Calculate the gravitational potential energy at each distance. The change in energy is the work.

solution $$U_{i} = -\frac{GM_{1}M_{2}}{r}$$ $$U_{i} = -\frac{(6.674 \times 10^{-11})(100\,000)(100\,000)}{2}$$ $$U_{i} = -0.33\,\mathrm{J}$$
$$U_{f} = -\frac{(6.674 \times 10^{-11})(100\,000)(100\,000)}{10}$$ $$U_{f} = -0.068\,\mathrm{J}$$

Work is a change in energy, so we can subtract the final energy from the initial.

$$W = \Delta U = U_{f} - U_{i}$$ $$W = (-0.068) - (-0.33)$$ $$W = 0.262 \, \mathrm{J}$$
Example: A 2000 kg spaceship starts at rest 20 000 km from the surface of Earth. How much kinetic energy will the ship have after it falls down to 10 000 km from the surface of Earth?
strategy

Use conservation of energy. Set the initial kinetic and gravitational potential equal to the final kinetic and gravitational potential.
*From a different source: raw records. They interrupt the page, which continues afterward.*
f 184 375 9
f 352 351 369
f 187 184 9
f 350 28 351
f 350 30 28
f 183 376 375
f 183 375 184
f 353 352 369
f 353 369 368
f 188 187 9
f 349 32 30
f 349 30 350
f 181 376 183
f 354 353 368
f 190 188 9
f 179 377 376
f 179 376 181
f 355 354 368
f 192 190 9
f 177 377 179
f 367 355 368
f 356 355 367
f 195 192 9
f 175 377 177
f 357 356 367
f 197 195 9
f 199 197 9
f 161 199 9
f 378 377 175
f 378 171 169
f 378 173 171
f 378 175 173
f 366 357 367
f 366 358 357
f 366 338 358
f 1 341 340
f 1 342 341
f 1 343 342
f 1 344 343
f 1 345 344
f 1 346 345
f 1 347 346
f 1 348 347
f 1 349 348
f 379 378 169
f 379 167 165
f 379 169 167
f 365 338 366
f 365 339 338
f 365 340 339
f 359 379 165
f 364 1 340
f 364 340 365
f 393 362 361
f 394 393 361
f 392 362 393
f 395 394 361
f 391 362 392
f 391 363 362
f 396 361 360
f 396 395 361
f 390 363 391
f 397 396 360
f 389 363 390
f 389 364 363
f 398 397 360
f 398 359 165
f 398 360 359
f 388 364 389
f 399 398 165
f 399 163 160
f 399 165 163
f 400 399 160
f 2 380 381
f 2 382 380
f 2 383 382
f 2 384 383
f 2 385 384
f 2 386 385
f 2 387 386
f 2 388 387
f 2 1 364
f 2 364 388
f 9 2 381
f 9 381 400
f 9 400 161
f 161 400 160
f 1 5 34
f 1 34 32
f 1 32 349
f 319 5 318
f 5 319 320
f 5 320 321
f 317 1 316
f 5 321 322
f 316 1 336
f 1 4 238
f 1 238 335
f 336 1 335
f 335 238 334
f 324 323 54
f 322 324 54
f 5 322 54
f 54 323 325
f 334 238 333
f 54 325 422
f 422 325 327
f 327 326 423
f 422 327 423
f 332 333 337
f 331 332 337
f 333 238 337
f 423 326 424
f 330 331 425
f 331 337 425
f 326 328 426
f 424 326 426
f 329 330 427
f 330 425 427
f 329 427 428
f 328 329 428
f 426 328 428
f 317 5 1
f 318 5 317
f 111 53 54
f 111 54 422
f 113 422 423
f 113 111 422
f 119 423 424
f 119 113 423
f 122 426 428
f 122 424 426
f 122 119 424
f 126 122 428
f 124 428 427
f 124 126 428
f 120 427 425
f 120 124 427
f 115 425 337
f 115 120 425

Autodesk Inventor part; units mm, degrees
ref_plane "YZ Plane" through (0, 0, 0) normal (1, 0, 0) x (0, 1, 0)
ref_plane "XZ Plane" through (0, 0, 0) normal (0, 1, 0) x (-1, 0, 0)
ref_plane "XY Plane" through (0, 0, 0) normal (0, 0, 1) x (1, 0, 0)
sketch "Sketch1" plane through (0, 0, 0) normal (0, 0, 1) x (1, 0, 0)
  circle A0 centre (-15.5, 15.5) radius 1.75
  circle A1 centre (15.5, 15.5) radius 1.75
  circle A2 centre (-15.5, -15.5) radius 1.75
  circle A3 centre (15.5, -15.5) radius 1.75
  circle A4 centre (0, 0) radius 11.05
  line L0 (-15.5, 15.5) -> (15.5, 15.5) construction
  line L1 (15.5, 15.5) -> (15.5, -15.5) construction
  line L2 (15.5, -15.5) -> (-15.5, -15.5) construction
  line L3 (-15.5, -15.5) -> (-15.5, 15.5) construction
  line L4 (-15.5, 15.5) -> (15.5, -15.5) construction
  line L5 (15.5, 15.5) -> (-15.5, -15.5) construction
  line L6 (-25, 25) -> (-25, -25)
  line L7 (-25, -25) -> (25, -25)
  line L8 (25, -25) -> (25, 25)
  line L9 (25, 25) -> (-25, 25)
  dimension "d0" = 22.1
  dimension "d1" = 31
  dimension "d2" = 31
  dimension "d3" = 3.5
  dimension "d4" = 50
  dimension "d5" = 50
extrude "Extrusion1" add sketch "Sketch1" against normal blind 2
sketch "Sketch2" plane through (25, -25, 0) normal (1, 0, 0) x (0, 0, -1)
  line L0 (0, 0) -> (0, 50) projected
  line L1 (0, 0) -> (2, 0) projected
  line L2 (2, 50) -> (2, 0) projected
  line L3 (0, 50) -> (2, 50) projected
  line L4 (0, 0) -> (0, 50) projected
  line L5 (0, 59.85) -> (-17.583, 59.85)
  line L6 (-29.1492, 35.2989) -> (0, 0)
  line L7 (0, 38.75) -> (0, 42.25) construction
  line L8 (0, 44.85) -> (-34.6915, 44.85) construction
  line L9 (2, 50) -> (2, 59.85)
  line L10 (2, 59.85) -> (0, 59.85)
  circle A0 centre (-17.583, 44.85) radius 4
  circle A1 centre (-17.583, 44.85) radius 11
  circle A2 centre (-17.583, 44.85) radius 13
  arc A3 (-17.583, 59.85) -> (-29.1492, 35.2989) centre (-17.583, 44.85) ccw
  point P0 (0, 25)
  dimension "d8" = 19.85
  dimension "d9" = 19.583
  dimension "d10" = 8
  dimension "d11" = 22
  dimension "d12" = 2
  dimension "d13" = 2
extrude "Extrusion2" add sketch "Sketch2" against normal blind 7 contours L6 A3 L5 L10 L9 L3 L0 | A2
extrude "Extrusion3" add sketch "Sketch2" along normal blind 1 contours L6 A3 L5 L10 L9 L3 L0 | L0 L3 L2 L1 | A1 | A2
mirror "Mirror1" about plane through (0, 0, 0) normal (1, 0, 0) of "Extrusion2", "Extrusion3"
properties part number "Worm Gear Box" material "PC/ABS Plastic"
solution $$E_{i} = E_{f}$$ $$U_{gi} = U_{gf} + K$$ $$K = U_{gi} - U_{gf}$$ $$K = -\frac{GM_{1}M_{2}}{r}+\frac{GM_{1}M_{2}}{r}$$ $$K = -\frac{(6.674\times 10^{-11})(5.972\times 10^{24})(2000)}{6\,371\,000 + 20\,000\,000}$$ $$+\frac{(6.674\times 10^{-11})(5.972\times 10^{24})(2000)}{6\,371\,000 + 10\,000\,000}$$ $$K = -3.02 \times 10^{10}+4.86 \times 10^{10}$$ $$K = 1.85 \times 10^{10} \, \mathrm{J}$$
Example: Find the minimum escape velocity for a 100 kg person on Earth.
strategy

Use conservation of energy to find the energy needed to bring both the kinetic and potential energy to zero.
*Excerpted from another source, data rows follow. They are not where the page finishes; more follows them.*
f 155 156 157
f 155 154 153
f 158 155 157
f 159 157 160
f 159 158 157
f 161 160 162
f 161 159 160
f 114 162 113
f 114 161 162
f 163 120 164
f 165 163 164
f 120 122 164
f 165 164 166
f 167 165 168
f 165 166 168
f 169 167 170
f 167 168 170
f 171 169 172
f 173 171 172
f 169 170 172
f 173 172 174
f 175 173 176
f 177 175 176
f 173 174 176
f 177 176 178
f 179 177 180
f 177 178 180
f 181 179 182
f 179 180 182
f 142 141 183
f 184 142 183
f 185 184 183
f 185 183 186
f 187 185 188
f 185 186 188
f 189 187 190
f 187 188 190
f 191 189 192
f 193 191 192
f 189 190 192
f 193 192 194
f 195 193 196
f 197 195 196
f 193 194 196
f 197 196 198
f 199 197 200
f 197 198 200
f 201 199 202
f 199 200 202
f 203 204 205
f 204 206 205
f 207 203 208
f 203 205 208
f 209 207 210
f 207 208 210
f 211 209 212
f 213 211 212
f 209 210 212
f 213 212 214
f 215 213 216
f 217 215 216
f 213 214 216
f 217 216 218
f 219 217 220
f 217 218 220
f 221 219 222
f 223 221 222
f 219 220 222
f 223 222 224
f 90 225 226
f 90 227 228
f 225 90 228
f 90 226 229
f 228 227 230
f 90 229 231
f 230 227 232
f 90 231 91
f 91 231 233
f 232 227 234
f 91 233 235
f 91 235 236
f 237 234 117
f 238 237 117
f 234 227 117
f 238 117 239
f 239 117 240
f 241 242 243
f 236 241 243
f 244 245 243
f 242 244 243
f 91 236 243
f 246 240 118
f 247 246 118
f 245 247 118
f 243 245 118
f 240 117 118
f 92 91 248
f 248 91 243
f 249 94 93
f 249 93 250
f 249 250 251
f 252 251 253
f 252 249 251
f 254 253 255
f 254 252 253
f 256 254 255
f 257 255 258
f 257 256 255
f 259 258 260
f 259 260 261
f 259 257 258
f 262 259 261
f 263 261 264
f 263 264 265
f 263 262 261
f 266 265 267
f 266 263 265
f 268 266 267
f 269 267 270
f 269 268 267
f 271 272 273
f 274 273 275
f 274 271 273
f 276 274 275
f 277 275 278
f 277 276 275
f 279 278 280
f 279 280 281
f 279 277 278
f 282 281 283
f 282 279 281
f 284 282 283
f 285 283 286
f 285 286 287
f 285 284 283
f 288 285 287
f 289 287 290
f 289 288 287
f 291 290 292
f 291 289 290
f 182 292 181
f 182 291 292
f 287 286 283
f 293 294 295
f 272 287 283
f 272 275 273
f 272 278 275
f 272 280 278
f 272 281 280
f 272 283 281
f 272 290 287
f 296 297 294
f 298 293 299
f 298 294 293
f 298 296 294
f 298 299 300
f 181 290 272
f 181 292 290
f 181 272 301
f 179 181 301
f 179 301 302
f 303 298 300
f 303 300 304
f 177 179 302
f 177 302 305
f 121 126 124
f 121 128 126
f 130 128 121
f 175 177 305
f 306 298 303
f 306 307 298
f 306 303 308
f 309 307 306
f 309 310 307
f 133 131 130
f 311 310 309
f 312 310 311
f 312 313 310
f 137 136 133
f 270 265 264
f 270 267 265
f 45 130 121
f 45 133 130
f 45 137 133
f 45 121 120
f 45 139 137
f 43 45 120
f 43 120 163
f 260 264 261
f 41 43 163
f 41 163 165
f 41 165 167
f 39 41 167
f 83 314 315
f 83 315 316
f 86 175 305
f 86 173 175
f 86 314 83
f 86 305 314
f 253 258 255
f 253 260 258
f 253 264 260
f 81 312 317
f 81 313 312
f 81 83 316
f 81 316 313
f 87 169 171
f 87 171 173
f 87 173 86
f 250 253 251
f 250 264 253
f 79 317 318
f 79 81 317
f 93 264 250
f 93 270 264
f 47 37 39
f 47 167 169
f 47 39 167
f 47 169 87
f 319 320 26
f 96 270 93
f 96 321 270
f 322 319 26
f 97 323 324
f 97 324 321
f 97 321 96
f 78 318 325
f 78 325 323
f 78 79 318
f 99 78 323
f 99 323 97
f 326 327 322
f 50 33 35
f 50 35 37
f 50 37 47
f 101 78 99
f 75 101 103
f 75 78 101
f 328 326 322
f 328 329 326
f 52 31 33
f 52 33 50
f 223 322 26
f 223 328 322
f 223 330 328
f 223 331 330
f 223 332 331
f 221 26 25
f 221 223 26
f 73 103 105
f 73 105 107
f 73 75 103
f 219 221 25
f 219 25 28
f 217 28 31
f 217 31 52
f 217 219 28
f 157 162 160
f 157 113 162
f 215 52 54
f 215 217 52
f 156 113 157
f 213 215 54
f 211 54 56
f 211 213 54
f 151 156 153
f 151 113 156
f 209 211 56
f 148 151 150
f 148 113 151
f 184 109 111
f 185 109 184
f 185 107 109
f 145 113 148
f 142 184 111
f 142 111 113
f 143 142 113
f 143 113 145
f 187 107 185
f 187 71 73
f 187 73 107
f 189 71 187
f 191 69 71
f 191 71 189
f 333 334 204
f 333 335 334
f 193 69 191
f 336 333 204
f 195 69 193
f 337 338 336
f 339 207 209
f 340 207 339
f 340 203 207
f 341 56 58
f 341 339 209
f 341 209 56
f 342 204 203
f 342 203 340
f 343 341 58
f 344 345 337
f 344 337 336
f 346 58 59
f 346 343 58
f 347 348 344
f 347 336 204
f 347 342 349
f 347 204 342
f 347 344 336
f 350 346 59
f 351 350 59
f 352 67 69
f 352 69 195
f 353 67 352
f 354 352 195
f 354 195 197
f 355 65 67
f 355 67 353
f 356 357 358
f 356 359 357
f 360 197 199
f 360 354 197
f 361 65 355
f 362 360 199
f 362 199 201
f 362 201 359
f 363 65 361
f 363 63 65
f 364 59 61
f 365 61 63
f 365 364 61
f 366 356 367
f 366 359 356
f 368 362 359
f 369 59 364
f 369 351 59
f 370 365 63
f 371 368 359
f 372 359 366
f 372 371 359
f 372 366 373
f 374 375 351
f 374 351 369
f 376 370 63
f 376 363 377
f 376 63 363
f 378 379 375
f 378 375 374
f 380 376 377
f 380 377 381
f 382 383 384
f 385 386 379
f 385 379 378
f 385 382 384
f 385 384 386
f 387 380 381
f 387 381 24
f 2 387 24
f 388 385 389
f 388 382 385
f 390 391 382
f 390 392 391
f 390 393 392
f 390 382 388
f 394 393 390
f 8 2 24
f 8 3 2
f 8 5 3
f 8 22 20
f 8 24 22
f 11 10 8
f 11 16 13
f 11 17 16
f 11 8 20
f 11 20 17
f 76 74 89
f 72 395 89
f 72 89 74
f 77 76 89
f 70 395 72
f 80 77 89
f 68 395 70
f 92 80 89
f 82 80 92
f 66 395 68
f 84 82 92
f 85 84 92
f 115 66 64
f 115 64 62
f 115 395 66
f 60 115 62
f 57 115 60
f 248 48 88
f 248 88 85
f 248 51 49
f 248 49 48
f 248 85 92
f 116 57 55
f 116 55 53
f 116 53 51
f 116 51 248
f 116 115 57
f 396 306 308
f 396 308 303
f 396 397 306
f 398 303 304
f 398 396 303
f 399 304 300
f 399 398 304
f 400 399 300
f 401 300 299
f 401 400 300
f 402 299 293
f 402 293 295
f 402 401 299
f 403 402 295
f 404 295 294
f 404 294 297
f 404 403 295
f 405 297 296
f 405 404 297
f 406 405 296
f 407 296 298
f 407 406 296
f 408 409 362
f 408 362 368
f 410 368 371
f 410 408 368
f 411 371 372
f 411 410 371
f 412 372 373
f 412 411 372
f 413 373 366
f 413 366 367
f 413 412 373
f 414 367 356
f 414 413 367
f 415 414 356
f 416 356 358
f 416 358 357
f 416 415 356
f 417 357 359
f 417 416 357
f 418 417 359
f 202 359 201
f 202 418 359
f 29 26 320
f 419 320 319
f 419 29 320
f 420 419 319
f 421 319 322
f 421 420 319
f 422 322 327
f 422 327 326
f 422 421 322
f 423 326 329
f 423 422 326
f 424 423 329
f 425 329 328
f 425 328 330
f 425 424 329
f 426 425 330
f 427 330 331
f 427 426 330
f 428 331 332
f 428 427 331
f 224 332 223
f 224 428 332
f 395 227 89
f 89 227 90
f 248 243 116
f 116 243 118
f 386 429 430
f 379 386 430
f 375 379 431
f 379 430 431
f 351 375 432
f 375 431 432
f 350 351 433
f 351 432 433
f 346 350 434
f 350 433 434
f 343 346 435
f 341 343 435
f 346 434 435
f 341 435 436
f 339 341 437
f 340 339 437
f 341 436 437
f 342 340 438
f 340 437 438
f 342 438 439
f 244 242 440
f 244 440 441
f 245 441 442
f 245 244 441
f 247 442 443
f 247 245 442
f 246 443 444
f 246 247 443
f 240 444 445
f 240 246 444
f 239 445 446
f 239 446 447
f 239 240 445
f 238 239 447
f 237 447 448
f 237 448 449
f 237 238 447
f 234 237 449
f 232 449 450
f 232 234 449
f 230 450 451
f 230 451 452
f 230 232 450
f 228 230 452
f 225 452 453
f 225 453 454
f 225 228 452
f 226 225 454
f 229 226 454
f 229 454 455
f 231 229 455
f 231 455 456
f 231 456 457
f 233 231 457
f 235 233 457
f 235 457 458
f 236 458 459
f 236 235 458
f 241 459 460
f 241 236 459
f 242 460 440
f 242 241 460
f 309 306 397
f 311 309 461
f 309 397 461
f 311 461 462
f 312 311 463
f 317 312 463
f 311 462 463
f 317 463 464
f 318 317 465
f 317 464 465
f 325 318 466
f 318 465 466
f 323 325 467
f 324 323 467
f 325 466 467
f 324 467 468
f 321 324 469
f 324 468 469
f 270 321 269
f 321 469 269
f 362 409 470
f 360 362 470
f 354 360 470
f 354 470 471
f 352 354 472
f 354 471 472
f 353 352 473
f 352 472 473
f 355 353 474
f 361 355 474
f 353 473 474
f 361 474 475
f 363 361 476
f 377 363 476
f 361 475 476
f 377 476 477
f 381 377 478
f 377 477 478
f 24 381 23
solution $$E_{i} = E_{f}$$ $$U_{gi} + K = U_{gf} + K$$ $$U_{gi} + K = 0$$ $$K = -U_{gi}$$ $$(1/2)M_{2}v^2 = \frac{GM_{1}M_{2}}{r}$$ $$(1/2)v^2 = \frac{GM_{1}}{r}$$ $$\boxed{v^2 = \frac{2GM_{1}}{r}}$$ $$v = \sqrt{\frac{2(6.674\times 10^{-11}) (5.972 \times 10 ^{24})}{6\,371\,000}}$$ $$v = 11\,183 \, \mathrm{\tfrac{m}{s}}$$

Example: Find the minimum escape velocity on Phobos.
solution $$v^2 = \frac{2GM_{1}}{r}$$ $$v^2 = \frac{2(6.674\times 10^{-11})(1.1 \times 10^{16})}{11200}$$ $$v = \sqrt{\frac{2(6.674\times 10^{-11})(1.1 \times 10^{16})}{11200}}$$ $$v = 11.45\, \mathrm{\tfrac{m}{s}}$$
Use the mouse to move the camera. Double click for full screen. In the simulation above, gravitational potential energy is represented as warping a 2-D fabric into a 3rd dimension. This is similar to how gravity is thought of in general relativity.